The browser identifies itself (attaches the User-Agent
header), states the types of accepted responses (Accept
and Accept-Encoding
headers). The Connection
header asks the server to keep the TCP connection open for further requests. The browser also attaches any cookies associated with the domain.
All of this data is crafted in the form of a HTTP request format according to the HTTP specifications
GET http://www.github.com/ HTTP/1.1
Accept: text/html
User-Agent: Mozilla/5.0 (Linux; Android 6.0; Nexus 5 Build/MRA58N) [...]
Accept-Encoding: gzip, deflate
Connection: Keep-Alive
Host: github.com
The server may either close the connection or if headers sent by the browser requested it, keep the connection open to be reused for further requests.
If the HTTP headers sent by the web browser included sufficient information for the web server to determine if the version of the file cached by the web browser has been unmodified since the last retrieval (ie. if the web browser included an ETag header), it may instead respond with a request of the form: 304 Not Modified
and no payload, and the web browser instead retrieves the HTML from its cache.
- The server verifies that it can accept GET (or any other specified method) requests on the requested endpoint and that the client (browser) is allowed to use this method (by IP, auth etc.)
- The server pulls the content corresponding to the request and returns it as a response
Once the browser receives the HTML file back, it starts parsing it
- Goes from top to bottom
- Upon encountering any links (to other pages, CSS, JavaScript, Images or other assets, prefetch etc.) it repeats the above cycle again over and over until all assets are received.

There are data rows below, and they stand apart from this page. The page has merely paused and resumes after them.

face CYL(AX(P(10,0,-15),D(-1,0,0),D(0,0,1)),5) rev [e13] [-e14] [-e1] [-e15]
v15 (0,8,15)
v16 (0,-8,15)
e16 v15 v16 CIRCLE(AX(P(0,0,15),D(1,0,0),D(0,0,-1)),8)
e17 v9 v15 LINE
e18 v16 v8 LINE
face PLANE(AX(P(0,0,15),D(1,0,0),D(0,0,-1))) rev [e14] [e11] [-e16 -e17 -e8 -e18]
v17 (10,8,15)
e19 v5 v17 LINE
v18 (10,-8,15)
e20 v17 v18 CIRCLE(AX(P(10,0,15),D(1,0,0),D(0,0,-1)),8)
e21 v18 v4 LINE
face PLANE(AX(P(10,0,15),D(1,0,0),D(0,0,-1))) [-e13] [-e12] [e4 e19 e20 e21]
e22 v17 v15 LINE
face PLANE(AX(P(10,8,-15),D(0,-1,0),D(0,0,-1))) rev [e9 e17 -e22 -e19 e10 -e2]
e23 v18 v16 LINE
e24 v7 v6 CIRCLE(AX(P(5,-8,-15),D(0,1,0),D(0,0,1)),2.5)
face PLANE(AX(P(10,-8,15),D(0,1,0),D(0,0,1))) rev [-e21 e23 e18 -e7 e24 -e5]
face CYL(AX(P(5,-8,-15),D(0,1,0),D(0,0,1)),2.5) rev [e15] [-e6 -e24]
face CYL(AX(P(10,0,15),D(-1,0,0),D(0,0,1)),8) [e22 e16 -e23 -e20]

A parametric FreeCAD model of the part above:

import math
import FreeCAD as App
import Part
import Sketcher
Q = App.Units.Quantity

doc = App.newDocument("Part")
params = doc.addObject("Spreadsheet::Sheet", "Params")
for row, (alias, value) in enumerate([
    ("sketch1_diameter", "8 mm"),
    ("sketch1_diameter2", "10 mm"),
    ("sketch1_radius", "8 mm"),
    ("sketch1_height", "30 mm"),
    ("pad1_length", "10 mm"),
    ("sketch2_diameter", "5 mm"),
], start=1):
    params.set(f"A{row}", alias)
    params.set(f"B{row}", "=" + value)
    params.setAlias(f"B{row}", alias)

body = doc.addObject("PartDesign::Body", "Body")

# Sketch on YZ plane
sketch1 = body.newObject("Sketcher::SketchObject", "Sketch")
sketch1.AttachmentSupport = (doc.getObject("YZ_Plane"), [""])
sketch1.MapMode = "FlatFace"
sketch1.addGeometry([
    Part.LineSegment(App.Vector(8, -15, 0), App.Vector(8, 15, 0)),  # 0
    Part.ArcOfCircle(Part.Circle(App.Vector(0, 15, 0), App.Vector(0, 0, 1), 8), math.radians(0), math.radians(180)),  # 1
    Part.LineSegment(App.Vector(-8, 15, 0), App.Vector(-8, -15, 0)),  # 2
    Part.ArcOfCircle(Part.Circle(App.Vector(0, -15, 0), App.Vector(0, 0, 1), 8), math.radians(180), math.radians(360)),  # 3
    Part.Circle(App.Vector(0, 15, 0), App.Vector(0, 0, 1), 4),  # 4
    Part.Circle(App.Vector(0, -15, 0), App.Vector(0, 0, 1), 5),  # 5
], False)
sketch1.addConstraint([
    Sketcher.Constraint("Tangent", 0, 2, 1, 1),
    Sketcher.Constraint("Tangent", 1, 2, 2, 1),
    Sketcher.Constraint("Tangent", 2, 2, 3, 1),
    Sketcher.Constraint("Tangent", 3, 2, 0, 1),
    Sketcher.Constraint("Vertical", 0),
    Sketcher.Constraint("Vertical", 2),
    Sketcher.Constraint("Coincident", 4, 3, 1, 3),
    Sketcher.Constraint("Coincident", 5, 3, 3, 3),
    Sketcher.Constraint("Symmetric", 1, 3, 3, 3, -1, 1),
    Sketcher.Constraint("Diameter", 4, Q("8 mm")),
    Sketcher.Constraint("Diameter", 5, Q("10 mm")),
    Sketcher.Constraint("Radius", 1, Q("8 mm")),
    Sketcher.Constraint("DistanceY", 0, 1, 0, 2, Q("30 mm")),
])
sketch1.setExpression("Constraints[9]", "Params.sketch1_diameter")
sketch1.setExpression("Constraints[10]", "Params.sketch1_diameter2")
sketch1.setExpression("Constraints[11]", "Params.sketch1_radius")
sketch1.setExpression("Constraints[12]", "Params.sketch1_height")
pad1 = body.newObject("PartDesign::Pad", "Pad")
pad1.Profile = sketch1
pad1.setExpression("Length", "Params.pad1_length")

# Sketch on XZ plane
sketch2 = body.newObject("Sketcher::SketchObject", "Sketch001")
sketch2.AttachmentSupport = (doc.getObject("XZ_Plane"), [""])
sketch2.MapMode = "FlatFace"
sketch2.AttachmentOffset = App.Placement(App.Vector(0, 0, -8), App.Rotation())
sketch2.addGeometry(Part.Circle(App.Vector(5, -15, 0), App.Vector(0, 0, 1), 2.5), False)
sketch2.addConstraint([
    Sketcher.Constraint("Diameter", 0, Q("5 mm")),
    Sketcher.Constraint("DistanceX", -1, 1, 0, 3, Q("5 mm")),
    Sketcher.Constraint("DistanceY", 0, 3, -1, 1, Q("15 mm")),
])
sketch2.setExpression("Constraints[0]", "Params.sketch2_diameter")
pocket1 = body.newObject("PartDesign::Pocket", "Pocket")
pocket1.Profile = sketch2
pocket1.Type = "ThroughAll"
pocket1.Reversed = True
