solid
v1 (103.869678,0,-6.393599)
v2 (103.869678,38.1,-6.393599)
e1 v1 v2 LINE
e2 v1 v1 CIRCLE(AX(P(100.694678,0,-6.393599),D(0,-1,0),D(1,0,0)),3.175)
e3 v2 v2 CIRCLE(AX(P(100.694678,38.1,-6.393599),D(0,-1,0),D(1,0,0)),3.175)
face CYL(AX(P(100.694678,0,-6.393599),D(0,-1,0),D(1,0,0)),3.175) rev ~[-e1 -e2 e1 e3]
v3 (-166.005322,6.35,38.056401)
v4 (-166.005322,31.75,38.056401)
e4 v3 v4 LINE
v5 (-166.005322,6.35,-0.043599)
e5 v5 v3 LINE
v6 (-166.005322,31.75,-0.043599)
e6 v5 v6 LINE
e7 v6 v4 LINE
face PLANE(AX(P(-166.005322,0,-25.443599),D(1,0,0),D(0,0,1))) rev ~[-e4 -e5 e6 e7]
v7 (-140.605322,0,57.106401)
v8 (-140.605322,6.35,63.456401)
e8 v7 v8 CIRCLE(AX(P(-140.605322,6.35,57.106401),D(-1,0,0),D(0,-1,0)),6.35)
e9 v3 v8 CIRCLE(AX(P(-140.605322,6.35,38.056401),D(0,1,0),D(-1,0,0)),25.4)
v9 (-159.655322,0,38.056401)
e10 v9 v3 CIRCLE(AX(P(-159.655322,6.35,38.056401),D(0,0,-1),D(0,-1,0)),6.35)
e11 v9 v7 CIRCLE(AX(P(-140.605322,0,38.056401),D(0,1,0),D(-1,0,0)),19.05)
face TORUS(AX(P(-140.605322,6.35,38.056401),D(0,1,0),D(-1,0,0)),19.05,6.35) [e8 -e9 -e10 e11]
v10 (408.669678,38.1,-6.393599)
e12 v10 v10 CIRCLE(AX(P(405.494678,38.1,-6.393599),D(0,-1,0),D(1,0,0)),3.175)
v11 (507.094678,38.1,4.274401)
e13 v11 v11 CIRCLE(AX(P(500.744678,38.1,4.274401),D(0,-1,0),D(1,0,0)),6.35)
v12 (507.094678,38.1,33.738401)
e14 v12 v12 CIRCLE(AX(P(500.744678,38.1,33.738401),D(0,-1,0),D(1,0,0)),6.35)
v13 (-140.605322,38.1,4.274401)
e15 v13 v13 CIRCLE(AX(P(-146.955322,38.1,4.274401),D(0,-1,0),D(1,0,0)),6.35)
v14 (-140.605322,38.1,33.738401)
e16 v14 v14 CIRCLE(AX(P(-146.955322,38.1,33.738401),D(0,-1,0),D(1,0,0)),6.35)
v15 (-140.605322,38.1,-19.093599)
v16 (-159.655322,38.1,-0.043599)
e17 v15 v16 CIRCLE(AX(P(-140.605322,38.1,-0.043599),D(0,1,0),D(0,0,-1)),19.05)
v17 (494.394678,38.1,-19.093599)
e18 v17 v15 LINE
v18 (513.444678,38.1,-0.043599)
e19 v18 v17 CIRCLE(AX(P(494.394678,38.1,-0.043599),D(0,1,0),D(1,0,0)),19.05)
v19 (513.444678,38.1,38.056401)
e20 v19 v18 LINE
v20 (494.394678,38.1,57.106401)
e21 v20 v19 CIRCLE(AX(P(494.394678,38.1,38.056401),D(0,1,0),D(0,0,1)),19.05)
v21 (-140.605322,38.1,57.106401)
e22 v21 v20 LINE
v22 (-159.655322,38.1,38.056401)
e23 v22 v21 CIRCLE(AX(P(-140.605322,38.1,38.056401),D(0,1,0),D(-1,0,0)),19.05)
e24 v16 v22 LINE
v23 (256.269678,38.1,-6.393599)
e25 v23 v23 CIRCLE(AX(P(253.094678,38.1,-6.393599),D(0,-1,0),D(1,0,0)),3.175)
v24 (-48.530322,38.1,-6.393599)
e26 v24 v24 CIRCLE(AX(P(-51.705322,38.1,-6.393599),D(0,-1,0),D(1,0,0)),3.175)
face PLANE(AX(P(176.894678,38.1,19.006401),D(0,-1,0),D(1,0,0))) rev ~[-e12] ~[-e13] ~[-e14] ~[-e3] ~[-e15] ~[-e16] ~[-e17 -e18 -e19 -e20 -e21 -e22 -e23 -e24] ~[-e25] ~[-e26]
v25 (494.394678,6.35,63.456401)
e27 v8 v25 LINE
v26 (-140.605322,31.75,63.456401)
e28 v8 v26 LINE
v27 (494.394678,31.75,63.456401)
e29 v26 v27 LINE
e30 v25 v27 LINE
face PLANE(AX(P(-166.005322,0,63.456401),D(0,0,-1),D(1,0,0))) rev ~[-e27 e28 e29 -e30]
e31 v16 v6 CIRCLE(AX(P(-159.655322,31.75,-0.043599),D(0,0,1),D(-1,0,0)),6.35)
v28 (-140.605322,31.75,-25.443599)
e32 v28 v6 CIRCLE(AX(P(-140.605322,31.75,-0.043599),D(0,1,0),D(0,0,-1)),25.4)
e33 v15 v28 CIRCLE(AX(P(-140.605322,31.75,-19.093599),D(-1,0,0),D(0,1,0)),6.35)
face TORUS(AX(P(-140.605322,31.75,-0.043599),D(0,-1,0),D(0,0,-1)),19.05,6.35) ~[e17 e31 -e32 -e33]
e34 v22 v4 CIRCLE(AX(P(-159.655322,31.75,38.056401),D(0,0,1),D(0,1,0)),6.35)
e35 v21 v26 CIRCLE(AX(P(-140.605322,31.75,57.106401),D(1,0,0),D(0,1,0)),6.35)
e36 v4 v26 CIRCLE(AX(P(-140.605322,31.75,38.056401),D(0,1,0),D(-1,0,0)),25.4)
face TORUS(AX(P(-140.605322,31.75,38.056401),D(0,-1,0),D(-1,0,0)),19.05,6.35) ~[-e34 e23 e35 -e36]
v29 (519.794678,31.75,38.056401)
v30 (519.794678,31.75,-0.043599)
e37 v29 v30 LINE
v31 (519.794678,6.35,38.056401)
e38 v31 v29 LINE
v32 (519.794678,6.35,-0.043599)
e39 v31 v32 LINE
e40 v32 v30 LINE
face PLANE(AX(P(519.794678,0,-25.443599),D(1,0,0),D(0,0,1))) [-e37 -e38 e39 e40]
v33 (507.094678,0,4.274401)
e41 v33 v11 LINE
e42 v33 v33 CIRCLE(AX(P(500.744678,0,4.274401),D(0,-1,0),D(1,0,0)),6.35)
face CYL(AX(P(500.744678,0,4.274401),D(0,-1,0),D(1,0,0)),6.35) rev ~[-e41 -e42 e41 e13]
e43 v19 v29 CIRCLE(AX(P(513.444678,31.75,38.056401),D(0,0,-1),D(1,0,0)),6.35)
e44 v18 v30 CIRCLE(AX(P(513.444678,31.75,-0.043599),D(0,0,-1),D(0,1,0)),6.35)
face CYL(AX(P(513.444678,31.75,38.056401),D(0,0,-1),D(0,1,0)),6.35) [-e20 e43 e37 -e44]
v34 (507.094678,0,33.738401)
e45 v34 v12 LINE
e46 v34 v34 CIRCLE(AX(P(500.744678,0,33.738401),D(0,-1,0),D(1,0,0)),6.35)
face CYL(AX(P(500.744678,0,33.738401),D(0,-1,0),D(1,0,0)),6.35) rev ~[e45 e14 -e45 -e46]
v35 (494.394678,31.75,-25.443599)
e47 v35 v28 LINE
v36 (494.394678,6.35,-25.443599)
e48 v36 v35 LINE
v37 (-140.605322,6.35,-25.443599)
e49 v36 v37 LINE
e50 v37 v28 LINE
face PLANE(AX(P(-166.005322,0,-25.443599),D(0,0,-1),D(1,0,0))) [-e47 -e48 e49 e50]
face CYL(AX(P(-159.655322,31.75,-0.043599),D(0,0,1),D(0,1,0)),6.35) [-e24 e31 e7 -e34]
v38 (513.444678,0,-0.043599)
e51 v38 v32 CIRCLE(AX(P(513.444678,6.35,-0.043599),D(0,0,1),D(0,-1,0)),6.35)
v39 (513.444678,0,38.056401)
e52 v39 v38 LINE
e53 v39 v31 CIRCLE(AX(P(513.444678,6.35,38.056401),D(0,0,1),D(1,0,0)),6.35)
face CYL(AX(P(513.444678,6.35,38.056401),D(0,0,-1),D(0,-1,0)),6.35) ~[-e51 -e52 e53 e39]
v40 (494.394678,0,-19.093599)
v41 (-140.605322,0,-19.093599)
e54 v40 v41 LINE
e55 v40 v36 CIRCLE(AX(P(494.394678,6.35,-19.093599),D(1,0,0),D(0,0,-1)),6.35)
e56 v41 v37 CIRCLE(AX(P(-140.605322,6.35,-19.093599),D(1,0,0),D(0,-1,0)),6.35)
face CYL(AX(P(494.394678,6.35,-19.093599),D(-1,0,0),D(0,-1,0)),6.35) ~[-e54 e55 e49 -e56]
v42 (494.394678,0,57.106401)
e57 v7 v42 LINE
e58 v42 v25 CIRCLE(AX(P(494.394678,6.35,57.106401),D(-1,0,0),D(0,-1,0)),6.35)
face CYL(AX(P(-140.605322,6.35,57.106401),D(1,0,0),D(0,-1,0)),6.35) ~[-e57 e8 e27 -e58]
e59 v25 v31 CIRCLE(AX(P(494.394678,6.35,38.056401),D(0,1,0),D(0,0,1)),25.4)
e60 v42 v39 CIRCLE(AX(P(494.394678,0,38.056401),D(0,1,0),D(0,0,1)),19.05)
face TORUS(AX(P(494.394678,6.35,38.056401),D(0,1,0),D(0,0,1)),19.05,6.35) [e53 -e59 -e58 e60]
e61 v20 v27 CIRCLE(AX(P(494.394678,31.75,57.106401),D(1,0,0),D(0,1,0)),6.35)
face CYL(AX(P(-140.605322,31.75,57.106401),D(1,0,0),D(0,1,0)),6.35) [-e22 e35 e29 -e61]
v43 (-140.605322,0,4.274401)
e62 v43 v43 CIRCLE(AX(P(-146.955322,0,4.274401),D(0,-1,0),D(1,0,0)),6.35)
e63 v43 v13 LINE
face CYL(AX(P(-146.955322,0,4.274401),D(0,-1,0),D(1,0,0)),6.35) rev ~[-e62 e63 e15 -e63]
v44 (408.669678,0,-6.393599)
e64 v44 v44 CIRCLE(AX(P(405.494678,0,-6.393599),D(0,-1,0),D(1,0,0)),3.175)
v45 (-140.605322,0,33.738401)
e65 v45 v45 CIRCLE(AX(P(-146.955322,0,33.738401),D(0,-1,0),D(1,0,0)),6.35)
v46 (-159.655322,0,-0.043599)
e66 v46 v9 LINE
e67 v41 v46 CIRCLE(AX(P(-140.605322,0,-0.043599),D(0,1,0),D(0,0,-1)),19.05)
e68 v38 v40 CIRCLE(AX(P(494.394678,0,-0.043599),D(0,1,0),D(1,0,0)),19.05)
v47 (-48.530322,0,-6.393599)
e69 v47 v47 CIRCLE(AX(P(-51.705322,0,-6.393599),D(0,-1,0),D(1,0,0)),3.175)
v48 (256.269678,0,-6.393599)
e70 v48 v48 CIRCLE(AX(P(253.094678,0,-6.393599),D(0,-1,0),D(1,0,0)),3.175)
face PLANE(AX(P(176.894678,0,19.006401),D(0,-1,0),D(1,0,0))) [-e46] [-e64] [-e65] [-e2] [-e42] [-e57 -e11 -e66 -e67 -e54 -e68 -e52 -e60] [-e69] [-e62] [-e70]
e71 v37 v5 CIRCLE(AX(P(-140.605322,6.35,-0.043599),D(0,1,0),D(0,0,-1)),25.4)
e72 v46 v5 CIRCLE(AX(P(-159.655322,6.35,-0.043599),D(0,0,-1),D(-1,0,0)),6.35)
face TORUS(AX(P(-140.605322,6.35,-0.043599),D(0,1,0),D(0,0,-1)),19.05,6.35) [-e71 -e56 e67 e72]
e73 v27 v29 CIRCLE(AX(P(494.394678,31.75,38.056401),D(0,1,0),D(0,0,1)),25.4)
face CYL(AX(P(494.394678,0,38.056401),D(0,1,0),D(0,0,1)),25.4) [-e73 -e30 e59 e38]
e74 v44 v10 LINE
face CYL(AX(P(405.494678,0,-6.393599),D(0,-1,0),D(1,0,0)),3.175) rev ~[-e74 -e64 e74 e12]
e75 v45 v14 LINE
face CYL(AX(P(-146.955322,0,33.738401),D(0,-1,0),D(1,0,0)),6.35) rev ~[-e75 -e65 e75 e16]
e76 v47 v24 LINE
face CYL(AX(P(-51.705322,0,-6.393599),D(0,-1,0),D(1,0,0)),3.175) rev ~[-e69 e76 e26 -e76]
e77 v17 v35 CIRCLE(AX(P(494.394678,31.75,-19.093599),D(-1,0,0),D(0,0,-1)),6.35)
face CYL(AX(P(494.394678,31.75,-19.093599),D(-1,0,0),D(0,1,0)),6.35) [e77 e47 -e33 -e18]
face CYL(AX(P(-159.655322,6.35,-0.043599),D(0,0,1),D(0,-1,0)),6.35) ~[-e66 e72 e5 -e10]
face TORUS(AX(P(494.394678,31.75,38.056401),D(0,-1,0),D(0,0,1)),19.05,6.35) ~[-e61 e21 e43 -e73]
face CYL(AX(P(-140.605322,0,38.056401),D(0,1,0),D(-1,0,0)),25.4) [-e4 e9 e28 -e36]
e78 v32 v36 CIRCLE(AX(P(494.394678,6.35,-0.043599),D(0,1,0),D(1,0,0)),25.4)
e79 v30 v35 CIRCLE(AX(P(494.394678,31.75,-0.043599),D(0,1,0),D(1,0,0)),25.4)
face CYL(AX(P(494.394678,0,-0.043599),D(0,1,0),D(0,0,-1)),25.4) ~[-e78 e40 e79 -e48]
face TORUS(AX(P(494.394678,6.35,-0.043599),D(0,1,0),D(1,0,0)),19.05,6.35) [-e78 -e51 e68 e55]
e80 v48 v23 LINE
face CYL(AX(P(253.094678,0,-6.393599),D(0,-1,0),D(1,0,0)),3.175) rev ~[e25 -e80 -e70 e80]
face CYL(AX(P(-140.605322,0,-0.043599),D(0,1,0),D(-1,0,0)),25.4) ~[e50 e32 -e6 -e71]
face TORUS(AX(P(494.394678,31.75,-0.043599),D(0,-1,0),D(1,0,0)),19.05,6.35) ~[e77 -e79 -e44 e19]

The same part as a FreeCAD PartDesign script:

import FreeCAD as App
import Part
import Sketcher

V = App.Vector
Q = App.Units.Quantity


def edges_at(feature, points):
    """Names of the edges that pass closest to the given points."""
    edges = feature.Shape.Edges
    near = lambda p: min(range(len(edges)), key=lambda i: edges[i].distToShape(Part.Vertex(*p))[0])
    return sorted({f"Edge{near(p) + 1}" for p in points})


def add_polygon(sketch, points):
    """Adds a closed chain of lines whose ends are joined by coincident constraints."""
    first, n = sketch.GeometryCount, len(points)
    for a, b in zip(points, points[1:] + points[:1]):
        sketch.addGeometry(Part.LineSegment(App.Vector(*a, 0), App.Vector(*b, 0)), False)
    for i in range(n):
        sketch.addConstraint(Sketcher.Constraint("Coincident", first + i, 2, first + (i + 1) % n, 1))

doc = App.newDocument("Part")
body = doc.addObject("PartDesign::Body", "Body")

# Sketch on XZ plane
sketch1 = body.newObject("Sketcher::SketchObject", "Sketch")
sketch1.AttachmentSupport = (doc.getObject("XZ_Plane"), [""])
sketch1.MapMode = "FlatFace"
add_polygon(sketch1, [(-166, 63.5), (-166, -25.4), (519.8, -25.4), (519.8, 63.5)])  # lines 0-3
sketch1.addGeometry(Part.Circle(V(-51.7, -6.4, 0), V(0, 0, 1), 3.2), False)  # 4
sketch1.addGeometry(Part.Circle(V(100.7, -6.4, 0), V(0, 0, 1), 3.2), False)  # 5
sketch1.addGeometry(Part.Circle(V(-147, 4.3, 0), V(0, 0, 1), 6.3), False)  # 6
sketch1.addGeometry(Part.Circle(V(253.1, -6.4, 0), V(0, 0, 1), 3.2), False)  # 7
sketch1.addGeometry(Part.Circle(V(405.5, -6.4, 0), V(0, 0, 1), 3.2), False)  # 8
sketch1.addGeometry(Part.Circle(V(500.7, 4.3, 0), V(0, 0, 1), 6.3), False)  # 9
sketch1.addGeometry(Part.Circle(V(-147, 33.7, 0), V(0, 0, 1), 6.3), False)  # 10
sketch1.addGeometry(Part.Circle(V(500.7, 33.7, 0), V(0, 0, 1), 6.3), False)  # 11
sketch1.addConstraint(Sketcher.Constraint("Vertical", 0))
sketch1.addConstraint(Sketcher.Constraint("Horizontal", 1))
sketch1.addConstraint(Sketcher.Constraint("Vertical", 2))
sketch1.addConstraint(Sketcher.Constraint("Horizontal", 3))
sketch1.addConstraint(Sketcher.Constraint("Equal", 4, 5))
sketch1.addConstraint(Sketcher.Constraint("Equal", 5, 7))
sketch1.addConstraint(Sketcher.Constraint("Equal", 7, 8))
sketch1.addConstraint(Sketcher.Constraint("Equal", 6, 9))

- The requests for these static assets can be configured in the HTML code with attributes like
async
anddefer
The browser starts to render the received HTML. The steps involves
- Constructing the DOM tree
- Render tree
- Layout of the render tree
- Painting the render tree
This is such a vast topic and has a lot of details involved. This definitely requires a complete article in itself. It would be discussed in a future article.
Although I might have missed a lot of details, but this should give the readers a fair amount of details as to how the web works. Starting from a search query to a final User-Interface, the browser has to do a lot of heavy-lifting, what most of the people take for granted.
I hope upon reading the article, you would appreciate the browser's work and all the engineering done by the very-smart people overtime.